━━━ DATA UNDER STUDY ━━━

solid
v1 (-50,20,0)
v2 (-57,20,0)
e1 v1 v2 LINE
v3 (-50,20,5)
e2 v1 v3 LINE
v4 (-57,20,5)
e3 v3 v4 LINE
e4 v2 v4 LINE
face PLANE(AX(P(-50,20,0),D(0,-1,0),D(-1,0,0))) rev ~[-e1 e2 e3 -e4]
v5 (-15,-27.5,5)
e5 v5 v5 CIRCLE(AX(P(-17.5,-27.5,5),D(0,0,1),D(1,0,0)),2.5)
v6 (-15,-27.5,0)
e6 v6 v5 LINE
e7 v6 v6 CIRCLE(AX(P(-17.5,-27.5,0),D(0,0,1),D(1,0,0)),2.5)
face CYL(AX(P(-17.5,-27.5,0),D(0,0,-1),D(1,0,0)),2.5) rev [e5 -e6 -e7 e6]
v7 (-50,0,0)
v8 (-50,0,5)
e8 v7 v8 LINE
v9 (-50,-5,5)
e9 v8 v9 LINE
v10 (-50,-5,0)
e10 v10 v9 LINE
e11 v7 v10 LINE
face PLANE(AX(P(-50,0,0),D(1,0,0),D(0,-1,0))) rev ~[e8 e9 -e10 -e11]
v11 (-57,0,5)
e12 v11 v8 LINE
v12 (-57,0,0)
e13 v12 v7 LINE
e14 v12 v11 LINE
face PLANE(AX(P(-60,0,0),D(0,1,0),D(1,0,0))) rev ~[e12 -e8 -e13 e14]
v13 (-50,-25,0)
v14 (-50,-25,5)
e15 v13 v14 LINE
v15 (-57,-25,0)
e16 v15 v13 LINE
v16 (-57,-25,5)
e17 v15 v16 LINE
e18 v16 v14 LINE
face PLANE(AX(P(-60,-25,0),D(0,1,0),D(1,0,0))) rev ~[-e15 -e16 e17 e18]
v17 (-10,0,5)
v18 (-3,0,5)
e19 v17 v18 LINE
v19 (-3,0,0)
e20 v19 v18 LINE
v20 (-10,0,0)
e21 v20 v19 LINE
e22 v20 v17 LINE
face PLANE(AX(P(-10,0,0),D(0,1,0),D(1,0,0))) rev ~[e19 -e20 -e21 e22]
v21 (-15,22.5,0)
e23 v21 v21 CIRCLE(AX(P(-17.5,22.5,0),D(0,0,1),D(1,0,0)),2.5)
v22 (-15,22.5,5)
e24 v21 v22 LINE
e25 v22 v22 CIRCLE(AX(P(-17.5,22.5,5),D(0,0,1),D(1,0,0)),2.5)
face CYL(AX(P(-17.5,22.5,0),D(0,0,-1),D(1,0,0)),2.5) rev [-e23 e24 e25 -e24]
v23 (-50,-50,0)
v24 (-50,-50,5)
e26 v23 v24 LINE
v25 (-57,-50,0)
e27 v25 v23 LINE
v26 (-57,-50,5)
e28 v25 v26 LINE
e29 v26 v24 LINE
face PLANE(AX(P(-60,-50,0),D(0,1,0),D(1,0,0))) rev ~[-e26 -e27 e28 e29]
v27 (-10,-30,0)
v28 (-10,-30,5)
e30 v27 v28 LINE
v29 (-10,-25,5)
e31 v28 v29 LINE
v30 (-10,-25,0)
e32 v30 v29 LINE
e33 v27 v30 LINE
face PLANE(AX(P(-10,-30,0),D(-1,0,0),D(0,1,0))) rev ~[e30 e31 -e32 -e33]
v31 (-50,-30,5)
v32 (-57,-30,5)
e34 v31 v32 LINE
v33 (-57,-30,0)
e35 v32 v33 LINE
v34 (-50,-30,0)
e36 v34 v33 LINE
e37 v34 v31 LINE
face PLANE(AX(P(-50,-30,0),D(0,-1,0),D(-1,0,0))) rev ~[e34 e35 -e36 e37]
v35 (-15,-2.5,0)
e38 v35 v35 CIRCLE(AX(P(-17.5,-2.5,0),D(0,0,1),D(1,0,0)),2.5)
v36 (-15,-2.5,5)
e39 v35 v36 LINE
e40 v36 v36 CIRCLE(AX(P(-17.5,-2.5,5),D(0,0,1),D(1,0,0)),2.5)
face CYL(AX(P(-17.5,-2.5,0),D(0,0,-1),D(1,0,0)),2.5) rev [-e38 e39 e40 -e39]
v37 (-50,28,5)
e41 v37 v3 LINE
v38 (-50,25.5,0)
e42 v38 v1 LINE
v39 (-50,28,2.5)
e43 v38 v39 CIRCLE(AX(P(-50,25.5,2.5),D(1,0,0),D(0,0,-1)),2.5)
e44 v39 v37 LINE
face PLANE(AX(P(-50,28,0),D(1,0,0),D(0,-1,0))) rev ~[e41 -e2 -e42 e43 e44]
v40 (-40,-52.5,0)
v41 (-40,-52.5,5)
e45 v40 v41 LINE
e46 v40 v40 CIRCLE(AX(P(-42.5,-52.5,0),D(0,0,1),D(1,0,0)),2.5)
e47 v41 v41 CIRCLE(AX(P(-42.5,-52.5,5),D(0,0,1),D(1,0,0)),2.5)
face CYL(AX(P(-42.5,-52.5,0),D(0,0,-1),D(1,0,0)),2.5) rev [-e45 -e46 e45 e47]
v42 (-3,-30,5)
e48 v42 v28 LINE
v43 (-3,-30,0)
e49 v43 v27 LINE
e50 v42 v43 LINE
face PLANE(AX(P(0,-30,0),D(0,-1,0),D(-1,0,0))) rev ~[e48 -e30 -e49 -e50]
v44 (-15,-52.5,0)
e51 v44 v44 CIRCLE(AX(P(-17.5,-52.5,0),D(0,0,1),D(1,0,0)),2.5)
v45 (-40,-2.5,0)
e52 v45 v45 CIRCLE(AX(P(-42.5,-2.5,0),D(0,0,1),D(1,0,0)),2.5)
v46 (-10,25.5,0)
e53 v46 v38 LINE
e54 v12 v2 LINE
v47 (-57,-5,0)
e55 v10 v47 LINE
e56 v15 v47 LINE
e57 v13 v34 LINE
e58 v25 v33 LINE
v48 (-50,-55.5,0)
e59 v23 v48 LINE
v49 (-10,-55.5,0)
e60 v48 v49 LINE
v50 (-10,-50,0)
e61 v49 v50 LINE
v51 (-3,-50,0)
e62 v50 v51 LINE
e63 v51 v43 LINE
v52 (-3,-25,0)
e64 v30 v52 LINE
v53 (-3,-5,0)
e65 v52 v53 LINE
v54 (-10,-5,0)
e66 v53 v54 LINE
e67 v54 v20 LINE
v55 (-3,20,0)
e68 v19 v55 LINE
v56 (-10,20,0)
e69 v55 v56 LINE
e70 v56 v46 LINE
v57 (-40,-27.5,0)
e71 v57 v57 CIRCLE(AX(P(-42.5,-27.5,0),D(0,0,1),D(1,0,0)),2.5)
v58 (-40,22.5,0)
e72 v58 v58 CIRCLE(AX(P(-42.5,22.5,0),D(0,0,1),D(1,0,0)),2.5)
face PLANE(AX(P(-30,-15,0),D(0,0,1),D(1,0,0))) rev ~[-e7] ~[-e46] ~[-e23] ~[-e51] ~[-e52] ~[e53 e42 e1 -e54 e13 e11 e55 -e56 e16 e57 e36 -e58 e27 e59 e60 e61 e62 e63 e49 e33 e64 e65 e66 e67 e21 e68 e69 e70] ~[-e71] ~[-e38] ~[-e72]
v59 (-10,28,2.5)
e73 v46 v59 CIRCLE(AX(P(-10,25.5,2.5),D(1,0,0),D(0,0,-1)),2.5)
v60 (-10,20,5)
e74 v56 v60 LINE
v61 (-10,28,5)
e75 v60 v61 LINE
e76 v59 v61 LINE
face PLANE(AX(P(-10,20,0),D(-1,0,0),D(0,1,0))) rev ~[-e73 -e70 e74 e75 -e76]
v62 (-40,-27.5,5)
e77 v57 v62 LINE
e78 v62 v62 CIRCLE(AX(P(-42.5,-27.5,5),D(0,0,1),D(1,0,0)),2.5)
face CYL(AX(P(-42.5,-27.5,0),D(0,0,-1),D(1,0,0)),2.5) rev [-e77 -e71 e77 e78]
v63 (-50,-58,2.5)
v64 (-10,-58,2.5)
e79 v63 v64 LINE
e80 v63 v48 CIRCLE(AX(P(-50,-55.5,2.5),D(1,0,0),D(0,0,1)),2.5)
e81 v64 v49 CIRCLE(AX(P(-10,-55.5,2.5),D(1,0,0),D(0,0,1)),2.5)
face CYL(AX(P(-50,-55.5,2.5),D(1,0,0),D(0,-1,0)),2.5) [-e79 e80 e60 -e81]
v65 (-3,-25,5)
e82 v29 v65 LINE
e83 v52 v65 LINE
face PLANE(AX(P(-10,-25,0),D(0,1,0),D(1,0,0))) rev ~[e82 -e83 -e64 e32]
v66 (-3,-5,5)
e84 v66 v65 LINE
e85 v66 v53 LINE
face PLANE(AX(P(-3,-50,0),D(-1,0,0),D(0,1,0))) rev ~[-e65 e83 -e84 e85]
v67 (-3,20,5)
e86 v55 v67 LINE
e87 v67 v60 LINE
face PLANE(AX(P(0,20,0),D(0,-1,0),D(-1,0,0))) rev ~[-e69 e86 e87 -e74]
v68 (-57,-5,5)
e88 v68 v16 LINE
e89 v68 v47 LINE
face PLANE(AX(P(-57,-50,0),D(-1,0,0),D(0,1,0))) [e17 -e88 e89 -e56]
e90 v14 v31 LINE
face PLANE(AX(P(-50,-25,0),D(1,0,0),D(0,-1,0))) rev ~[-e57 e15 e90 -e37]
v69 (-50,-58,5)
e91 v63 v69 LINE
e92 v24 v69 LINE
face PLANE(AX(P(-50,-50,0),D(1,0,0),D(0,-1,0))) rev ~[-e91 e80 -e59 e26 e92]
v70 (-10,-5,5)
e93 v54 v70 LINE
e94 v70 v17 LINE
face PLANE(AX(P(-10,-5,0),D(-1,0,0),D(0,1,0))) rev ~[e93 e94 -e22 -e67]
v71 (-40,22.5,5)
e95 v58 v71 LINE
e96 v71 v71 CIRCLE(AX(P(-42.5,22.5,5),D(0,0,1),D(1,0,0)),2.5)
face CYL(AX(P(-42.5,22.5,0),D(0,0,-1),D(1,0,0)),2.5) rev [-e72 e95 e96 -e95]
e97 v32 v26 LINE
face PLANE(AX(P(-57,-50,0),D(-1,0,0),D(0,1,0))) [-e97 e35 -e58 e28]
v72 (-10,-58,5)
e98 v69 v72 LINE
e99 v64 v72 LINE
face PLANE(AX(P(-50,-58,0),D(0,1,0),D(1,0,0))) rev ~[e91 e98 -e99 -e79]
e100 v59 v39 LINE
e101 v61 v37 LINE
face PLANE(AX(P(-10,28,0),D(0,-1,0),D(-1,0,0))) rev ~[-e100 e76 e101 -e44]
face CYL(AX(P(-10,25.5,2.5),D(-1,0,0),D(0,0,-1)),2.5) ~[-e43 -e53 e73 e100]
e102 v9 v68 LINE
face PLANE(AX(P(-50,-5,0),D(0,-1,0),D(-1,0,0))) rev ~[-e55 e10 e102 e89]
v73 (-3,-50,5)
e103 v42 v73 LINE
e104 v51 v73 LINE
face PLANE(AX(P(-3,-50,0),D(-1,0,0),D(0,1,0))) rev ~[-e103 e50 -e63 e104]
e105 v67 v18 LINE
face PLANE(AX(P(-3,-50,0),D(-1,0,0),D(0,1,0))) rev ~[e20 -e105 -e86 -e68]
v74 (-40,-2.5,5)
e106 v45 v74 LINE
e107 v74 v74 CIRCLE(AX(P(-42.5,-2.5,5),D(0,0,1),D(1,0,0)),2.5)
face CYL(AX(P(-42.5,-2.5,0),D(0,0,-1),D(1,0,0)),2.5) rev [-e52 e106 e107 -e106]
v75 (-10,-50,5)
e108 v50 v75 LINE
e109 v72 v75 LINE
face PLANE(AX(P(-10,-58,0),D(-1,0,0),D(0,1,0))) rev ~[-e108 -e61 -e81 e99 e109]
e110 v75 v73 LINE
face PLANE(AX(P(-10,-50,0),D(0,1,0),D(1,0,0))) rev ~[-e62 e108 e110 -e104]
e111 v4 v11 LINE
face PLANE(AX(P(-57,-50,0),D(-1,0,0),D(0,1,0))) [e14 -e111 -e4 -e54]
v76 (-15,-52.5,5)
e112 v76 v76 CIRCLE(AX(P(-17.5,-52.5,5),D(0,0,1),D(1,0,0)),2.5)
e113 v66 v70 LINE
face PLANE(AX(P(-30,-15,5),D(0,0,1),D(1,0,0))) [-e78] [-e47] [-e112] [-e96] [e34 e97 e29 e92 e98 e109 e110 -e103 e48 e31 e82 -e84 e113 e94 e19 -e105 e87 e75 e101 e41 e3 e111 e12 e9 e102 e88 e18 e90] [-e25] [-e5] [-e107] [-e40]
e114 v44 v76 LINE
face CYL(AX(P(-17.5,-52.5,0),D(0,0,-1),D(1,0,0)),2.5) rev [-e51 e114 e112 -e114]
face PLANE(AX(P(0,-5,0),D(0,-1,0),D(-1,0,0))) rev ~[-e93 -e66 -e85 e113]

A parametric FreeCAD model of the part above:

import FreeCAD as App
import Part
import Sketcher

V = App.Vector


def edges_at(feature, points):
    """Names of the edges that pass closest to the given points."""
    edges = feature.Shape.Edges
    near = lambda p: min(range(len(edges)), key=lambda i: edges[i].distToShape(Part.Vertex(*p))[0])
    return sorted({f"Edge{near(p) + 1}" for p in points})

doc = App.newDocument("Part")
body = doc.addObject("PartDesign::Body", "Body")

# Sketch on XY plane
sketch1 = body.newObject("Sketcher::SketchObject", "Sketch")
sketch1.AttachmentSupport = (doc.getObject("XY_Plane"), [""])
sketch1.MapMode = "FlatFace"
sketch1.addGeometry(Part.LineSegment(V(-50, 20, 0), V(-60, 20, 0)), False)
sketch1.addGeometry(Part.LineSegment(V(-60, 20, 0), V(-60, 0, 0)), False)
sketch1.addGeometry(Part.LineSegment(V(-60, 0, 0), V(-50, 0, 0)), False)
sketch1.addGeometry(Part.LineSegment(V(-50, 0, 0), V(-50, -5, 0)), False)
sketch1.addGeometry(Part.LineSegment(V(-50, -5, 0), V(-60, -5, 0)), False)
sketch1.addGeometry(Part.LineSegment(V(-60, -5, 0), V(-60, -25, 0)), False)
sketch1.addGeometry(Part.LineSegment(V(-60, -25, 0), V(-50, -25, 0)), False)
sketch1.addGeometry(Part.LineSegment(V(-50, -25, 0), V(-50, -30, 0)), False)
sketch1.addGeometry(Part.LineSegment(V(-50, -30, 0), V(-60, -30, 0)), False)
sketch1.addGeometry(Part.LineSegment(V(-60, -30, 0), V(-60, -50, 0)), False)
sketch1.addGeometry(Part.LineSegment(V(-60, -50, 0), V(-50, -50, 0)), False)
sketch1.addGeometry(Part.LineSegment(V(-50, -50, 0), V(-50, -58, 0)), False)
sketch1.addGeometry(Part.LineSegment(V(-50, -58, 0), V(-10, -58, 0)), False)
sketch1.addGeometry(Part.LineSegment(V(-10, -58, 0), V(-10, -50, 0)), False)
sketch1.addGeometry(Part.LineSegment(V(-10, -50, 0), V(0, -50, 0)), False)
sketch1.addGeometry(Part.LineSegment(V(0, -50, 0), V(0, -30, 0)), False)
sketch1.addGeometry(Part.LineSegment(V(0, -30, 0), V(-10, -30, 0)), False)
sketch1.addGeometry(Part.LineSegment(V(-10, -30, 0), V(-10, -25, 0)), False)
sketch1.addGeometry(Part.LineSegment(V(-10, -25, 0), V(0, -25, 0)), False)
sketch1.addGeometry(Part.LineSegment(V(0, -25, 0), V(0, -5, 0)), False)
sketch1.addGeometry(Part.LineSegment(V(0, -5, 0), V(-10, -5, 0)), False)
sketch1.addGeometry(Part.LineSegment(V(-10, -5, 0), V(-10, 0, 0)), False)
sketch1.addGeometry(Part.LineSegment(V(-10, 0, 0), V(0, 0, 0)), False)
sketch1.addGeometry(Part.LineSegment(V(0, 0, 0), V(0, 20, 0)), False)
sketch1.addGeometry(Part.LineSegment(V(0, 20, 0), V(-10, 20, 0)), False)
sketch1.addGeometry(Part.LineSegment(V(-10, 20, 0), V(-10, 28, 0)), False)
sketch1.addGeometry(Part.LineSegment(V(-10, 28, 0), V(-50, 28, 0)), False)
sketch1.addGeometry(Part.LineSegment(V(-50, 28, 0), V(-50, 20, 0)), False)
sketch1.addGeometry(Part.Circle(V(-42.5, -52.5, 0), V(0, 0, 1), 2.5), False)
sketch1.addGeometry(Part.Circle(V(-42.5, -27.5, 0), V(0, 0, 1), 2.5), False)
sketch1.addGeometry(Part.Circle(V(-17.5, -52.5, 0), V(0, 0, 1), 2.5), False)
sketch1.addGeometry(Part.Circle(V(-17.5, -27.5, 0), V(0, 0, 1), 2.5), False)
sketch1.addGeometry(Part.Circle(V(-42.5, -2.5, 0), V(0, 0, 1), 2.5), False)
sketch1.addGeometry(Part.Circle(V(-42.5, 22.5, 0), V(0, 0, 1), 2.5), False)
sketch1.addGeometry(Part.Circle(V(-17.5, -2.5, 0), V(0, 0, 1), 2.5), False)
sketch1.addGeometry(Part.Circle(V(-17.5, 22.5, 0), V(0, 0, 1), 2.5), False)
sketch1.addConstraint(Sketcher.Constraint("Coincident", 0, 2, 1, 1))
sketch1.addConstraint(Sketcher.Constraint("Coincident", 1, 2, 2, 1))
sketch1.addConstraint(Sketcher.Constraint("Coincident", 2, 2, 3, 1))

━━━

#### PROBLEM REQUIREMENTS
All that is wanted is a faithful reproduction of the line above with "v4 (-57,20,5)", the line with "e26 v23 v24 LINE", and every line in between.

#### TASK OUTPUT
v4 (-57,20,5)
e3 v3 v4 LINE
e4 v2 v4 LINE
face PLANE(AX(P(-50,20,0),D(0,-1,0),D(-1,0,0))) rev ~[-e1 e2 e3 -e4]
v5 (-15,-27.5,5)
e5 v5 v5 CIRCLE(AX(P(-17.5,-27.5,5),D(0,0,1),D(1,0,0)),2.5)
v6 (-15,-27.5,0)
e6 v6 v5 LINE
e7 v6 v6 CIRCLE(AX(P(-17.5,-27.5,0),D(0,0,1),D(1,0,0)),2.5)
face CYL(AX(P(-17.5,-27.5,0),D(0,0,-1),D(1,0,0)),2.5) rev [e5 -e6 -e7 e6]
v7 (-50,0,0)
v8 (-50,0,5)
e8 v7 v8 LINE
v9 (-50,-5,5)
e9 v8 v9 LINE
v10 (-50,-5,0)
e10 v10 v9 LINE
e11 v7 v10 LINE
face PLANE(AX(P(-50,0,0),D(1,0,0),D(0,-1,0))) rev ~[e8 e9 -e10 -e11]
v11 (-57,0,5)
e12 v11 v8 LINE
v12 (-57,0,0)
e13 v12 v7 LINE
e14 v12 v11 LINE
face PLANE(AX(P(-60,0,0),D(0,1,0),D(1,0,0))) rev ~[e12 -e8 -e13 e14]
v13 (-50,-25,0)
v14 (-50,-25,5)
e15 v13 v14 LINE
v15 (-57,-25,0)
e16 v15 v13 LINE
v16 (-57,-25,5)
e17 v15 v16 LINE
e18 v16 v14 LINE
face PLANE(AX(P(-60,-25,0),D(0,1,0),D(1,0,0))) rev ~[-e15 -e16 e17 e18]
v17 (-10,0,5)
v18 (-3,0,5)
e19 v17 v18 LINE
v19 (-3,0,0)
e20 v19 v18 LINE
v20 (-10,0,0)
e21 v20 v19 LINE
e22 v20 v17 LINE
face PLANE(AX(P(-10,0,0),D(0,1,0),D(1,0,0))) rev ~[e19 -e20 -e21 e22]
v21 (-15,22.5,0)
e23 v21 v21 CIRCLE(AX(P(-17.5,22.5,0),D(0,0,1),D(1,0,0)),2.5)
v22 (-15,22.5,5)
e24 v21 v22 LINE
e25 v22 v22 CIRCLE(AX(P(-17.5,22.5,5),D(0,0,1),D(1,0,0)),2.5)
face CYL(AX(P(-17.5,22.5,0),D(0,0,-1),D(1,0,0)),2.5) rev [-e23 e24 e25 -e24]
v23 (-50,-50,0)
v24 (-50,-50,5)
e26 v23 v24 LINE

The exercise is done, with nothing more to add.